Division of General Internal Medicine, Johns Hopkins University School of Medicine, Baltimore, Maryland, USA.
BMC Nephrology (Impact Factor: 1.69). 01/2011; 12(1):1. DOI: 10.1186/1471-2369-12-1
Source: PubMed


Primary care providers' suboptimal recognition of the severity of chronic kidney disease (CKD) may contribute to untimely referrals of patients with CKD to subspecialty care. It is unknown whether U.S. primary care physicians' use of estimated glomerular filtration rate (eGFR) rather than serum creatinine to estimate CKD severity could improve the timeliness of their subspecialty referral decisions.
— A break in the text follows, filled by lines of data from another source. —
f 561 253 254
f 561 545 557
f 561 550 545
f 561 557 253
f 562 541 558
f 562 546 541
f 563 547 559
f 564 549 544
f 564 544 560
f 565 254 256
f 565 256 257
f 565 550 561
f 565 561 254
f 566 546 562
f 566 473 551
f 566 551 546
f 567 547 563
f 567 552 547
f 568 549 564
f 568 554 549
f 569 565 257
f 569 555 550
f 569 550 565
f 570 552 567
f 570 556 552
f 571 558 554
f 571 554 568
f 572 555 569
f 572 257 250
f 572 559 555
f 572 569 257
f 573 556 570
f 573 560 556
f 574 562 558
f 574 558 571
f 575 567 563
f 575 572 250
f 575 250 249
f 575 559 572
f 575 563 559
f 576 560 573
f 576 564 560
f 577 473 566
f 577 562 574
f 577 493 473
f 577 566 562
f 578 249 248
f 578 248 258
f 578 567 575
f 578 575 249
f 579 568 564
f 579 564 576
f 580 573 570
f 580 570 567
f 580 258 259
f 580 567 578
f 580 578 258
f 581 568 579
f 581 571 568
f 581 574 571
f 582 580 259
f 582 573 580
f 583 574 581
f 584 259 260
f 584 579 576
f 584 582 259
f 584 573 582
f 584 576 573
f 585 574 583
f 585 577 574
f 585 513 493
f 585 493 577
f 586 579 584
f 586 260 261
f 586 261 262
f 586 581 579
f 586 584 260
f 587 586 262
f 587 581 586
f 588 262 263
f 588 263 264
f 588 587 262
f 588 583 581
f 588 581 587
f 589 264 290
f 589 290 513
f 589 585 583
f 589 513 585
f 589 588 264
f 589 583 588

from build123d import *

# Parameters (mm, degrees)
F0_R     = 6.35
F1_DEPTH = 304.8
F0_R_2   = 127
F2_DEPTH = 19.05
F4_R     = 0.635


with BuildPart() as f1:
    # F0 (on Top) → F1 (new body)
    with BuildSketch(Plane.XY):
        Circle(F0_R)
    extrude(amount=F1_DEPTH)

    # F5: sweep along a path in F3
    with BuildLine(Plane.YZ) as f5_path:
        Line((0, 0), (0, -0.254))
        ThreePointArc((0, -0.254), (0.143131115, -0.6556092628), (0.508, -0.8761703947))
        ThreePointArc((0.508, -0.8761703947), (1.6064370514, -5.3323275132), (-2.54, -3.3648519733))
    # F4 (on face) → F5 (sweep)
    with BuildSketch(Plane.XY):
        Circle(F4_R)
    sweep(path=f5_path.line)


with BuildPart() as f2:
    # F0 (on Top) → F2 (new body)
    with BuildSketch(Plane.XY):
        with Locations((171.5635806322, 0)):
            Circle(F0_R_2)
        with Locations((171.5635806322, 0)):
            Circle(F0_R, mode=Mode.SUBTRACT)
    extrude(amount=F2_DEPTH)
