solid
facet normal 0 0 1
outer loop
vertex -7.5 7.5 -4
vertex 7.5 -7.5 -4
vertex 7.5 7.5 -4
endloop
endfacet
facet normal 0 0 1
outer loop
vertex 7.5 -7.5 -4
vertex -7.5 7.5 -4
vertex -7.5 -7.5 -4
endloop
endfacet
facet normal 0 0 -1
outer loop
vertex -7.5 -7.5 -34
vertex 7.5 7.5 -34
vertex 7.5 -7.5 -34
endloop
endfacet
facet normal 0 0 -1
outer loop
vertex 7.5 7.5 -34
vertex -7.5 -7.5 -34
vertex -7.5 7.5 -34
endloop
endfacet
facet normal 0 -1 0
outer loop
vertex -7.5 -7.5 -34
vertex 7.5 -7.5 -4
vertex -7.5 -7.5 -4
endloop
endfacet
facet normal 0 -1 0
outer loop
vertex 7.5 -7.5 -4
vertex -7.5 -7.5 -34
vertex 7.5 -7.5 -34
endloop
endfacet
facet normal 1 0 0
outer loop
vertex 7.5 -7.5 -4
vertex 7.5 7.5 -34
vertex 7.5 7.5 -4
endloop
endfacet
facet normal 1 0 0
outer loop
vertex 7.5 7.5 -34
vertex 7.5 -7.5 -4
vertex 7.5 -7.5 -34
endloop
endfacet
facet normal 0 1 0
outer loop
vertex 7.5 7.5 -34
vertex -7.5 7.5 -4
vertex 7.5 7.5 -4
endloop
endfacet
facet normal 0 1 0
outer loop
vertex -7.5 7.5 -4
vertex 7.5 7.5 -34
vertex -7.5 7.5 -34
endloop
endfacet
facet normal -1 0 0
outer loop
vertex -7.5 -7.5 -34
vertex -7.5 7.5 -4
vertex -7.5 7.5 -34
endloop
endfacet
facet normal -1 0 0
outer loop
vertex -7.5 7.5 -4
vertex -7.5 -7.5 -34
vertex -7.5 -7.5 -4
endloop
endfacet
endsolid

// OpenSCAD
handle_length = 30;

x_target = 15;
y_target = 15;
z_target = 4;

x_pic = 500;
y_pic = 499;
z_pic = 100;

x_scale = x_target/x_pic;
echo("x_scale: ", x_scale);

y_scale = y_target/y_pic;
echo("y_scale: ", y_scale);

z_scale = z_target/z_pic;
echo("z_scale: ", z_scale);

scale([x_scale, y_scale, z_scale])
    surface( file = "virus-2-500x499.png", center = true, invert = true);
    
translate([0, 0, -z_target-handle_length/2])
    cube([x_target, y_target, handle_length], center = true);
We conducted a cross-sectional study of 154 United States primary care physicians to assess the effect of use of eGFR (versus creatinine) on the timing of their subspecialty referrals. Primary care physicians completed a questionnaire featuring questions regarding a hypothetical White or African American patient with progressing CKD. We asked primary care physicians to identify the serum creatinine and eGFR levels at which they would recommend patients like the hypothetical patient be referred for subspecialty evaluation. We assessed significant improvement in the timing [from eGFR < 30 to ≥ 30 mL/min/1.73m(2)) of their recommended referrals based on their use of creatinine versus eGFR.
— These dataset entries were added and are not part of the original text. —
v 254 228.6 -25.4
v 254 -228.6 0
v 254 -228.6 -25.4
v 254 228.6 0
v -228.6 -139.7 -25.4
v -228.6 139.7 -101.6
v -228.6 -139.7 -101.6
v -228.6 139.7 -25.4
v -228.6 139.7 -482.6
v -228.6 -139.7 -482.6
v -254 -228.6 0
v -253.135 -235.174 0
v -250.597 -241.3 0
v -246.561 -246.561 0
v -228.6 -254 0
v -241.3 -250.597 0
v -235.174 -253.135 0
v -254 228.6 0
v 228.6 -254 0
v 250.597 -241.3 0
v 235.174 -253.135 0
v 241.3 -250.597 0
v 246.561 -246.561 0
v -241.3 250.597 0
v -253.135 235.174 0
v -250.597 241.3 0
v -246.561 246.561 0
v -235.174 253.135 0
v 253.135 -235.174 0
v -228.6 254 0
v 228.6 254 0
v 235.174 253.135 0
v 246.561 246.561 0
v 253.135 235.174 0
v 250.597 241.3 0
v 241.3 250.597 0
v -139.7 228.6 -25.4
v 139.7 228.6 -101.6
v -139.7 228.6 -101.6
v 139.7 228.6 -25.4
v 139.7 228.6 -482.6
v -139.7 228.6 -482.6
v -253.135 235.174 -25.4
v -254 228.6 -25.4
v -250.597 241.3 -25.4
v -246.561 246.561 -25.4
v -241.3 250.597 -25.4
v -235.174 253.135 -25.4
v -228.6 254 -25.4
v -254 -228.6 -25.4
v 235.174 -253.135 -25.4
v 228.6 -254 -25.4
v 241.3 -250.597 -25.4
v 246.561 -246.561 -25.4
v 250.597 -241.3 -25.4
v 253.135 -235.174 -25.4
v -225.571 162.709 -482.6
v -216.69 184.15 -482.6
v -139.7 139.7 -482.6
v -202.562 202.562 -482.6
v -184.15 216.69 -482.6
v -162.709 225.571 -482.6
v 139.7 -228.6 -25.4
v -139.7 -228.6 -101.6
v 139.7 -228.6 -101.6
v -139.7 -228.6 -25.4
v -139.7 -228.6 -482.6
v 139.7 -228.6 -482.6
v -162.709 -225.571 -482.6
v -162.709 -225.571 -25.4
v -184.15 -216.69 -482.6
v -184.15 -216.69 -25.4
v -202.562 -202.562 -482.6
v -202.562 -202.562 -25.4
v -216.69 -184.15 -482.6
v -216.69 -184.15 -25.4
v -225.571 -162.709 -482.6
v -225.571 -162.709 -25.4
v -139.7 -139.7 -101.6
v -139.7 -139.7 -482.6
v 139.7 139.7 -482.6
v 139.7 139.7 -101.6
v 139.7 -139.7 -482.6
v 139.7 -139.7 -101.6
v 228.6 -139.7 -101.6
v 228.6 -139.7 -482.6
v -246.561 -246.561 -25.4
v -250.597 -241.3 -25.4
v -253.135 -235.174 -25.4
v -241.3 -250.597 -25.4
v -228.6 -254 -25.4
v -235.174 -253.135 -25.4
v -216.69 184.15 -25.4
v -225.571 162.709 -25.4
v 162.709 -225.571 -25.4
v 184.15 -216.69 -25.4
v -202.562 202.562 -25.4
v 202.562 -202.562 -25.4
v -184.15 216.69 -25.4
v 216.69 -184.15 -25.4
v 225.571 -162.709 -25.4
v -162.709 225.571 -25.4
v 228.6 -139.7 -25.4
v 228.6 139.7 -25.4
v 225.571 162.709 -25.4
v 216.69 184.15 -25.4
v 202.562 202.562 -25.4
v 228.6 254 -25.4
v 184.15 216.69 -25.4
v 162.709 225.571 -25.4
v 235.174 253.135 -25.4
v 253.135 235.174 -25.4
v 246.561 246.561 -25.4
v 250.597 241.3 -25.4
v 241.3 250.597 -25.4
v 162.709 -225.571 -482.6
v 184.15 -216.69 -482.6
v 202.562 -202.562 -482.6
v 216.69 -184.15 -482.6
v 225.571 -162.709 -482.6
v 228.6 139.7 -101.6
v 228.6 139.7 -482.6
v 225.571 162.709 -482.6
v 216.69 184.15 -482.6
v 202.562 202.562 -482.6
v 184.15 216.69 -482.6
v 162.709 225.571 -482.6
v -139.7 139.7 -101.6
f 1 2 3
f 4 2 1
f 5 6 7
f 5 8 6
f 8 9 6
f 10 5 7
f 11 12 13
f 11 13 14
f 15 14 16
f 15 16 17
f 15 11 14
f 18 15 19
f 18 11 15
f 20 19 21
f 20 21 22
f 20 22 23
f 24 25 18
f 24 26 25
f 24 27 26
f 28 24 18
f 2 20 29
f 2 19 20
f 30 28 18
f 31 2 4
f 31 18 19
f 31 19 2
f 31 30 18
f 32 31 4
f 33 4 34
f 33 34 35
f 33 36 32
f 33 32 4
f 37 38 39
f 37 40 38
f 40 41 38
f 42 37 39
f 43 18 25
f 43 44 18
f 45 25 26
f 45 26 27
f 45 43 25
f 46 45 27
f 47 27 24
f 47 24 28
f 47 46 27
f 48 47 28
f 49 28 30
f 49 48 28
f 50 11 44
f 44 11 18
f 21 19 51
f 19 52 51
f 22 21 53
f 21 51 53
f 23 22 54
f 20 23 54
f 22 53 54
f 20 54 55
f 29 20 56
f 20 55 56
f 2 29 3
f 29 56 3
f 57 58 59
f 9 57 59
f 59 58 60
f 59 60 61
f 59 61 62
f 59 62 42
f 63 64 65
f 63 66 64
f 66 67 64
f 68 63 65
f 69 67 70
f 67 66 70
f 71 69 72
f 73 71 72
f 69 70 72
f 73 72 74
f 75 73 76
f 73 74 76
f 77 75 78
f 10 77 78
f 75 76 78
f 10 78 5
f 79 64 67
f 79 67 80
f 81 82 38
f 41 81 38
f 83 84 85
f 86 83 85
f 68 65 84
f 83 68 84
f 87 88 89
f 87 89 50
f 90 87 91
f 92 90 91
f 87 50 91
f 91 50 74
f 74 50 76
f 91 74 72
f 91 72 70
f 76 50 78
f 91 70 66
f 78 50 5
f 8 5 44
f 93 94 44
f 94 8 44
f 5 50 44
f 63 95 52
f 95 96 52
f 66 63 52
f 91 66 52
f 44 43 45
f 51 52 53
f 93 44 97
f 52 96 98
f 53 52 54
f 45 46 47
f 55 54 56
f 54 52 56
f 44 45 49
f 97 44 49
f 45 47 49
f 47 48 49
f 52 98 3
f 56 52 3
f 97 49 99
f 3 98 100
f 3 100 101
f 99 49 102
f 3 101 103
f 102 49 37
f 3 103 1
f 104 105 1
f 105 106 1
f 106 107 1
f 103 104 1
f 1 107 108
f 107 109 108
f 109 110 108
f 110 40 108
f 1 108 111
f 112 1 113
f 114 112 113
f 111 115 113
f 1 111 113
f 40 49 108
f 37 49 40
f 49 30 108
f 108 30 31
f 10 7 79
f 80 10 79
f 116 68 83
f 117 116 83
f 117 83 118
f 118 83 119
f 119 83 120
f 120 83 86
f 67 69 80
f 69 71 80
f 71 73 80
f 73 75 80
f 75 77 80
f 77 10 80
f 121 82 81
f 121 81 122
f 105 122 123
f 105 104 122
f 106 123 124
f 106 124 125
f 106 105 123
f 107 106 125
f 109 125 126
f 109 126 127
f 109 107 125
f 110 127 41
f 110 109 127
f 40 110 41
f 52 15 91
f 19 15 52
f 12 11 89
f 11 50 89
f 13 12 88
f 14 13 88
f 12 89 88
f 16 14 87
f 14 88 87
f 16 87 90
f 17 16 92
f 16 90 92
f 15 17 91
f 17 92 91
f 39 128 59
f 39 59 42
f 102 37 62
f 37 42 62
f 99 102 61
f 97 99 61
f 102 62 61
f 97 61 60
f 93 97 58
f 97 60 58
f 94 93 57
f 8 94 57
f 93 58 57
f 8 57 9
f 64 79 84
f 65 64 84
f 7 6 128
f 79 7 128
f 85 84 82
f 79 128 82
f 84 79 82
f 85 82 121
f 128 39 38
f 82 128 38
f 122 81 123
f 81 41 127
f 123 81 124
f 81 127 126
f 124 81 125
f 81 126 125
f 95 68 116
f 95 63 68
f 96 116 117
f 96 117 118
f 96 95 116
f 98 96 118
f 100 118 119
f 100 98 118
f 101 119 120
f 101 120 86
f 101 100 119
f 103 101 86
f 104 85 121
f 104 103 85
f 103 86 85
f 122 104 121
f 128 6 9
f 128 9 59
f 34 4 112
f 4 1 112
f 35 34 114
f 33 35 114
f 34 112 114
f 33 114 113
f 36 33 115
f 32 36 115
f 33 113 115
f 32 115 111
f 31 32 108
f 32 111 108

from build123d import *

# Parameters (mm, degrees)
F0_W     = 508
F0_H     = 508
F0_W_2   = 88.9
F0_H_2   = 88.9
F1_DEPTH = 25.4
F2_DEPTH = 101.6
F3_DEPTH = 482.6
F4_R     = 88.89999
F5_R     = 25.4


# Not quite as in the source:
# - a fillet or chamfer is up to 0.001 mm smaller than in the source, because OpenCascade refuses the exact size


with BuildPart() as f1:
    # F0 (on Top) → F1 (new body)
    with BuildSketch(Plane.XY):
        Rectangle(F0_W, F0_H)
        Polygon((139.7, 228.6), (228.6, 228.6), (228.6, 139.7), (228.6, -139.7), (228.6, -228.6), (139.7, -228.6), (-139.7, -228.6), (-228.6, -228.6), (-228.6, -139.7), (-228.6, 139.7), (-228.6, 228.6), (-139.7, 228.6), align=None, mode=Mode.SUBTRACT)
        with Locations((-184.15, -184.15)):
            Rectangle(F0_W_2, F0_H_2)
        with Locations((184.15, -184.15)):
            Rectangle(F0_W_2, F0_H_2)
        with Locations((184.15, 184.15)):
            Rectangle(F0_W_2, F0_H_2)
        with Locations((-184.15, 184.15)):
            Rectangle(F0_W_2, F0_H_2)
        Polygon((139.7, 139.7), (139.7, 228.6), (-139.7, 228.6), (-139.7, 139.7), (-228.6, 139.7), (-228.6, -139.7), (-139.7, -139.7), (-139.7, -228.6), (139.7, -228.6), (139.7, -139.7), (228.6, -139.7), (228.6, 139.7), align=None)
    extrude(amount=-F1_DEPTH)

    # F0 (on Top) → F2 (join)
    with BuildSketch(Plane.XY):
        with Locations((-184.15, 184.15)):
            Rectangle(F0_W_2, F0_H_2)
        Polygon((139.7, 139.7), (139.7, 228.6), (-139.7, 228.6), (-139.7, 139.7), (-228.6, 139.7), (-228.6, -139.7), (-139.7, -139.7), (-139.7, -228.6), (139.7, -228.6), (139.7, -139.7), (228.6, -139.7), (228.6, 139.7), align=None)
        with Locations((184.15, 184.15)):
            Rectangle(F0_W_2, F0_H_2)
        with Locations((184.15, -184.15)):
            Rectangle(F0_W_2, F0_H_2)
        with Locations((-184.15, -184.15)):
            Rectangle(F0_W_2, F0_H_2)
    extrude(amount=-F2_DEPTH)

    # F0 (on Top) → F3 (join)
    with BuildSketch(Plane.XY):
        with Locations((-184.15, 184.15)):
            Rectangle(F0_W_2, F0_H_2)
        with Locations((-184.15, -184.15)):
            Rectangle(F0_W_2, F0_H_2)
        with Locations((184.15, 184.15)):
            Rectangle(F0_W_2, F0_H_2)
        with Locations((184.15, -184.15)):
            Rectangle(F0_W_2, F0_H_2)
    extrude(amount=-F3_DEPTH)

    # F4 (radius 88.9 in the source; OpenCascade refuses exactly that, so slightly less here)
    f4_edges = [f1.edges().sort_by_distance(p)[0] for p in [
        (-228.6, -228.6, -254),
        (228.6, -228.6, -254),
        (228.6, 228.6, -254),
        (-228.6, 228.6, -254),
    ]]
    fillet(f4_edges, radius=F4_R)

    # F5
    f5_edges = [f1.edges().sort_by_distance(p)[0] for p in [
        (254, -254, -12.7),
        (254, 254, -12.7),
        (-254, 254, -12.7),
        (-254, -254, -12.7),
    ]]
    fillet(f5_edges, radius=F5_R)


solid = f1.part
Primary care physicians recommended subspecialty referrals later (CKD more advanced) when using creatinine versus eGFR to assess kidney function [median eGFR 32 versus 55 mL/min/1.73m(2), p < 0.001]. Forty percent of primary care physicians significantly improved the timing of their referrals when basing their recommendations on eGFR. Improved timing occurred more frequently among primary care physicians practicing in academic (versus non-academic) practices or presented with White (versus African American) hypothetical patients [adjusted percentage(95% CI): 70% (45-87) versus 37% (reference) and 57% (39-73) versus 25% (reference), respectively, both p ≤ 0.01).
Primary care physicians recommended subspecialty referrals earlier when using eGFR (versus creatinine) to assess kidney function. Enhanced use of eGFR by primary care physicians' could lead to more timely subspecialty care and improved clinical outcomes for patients with CKD.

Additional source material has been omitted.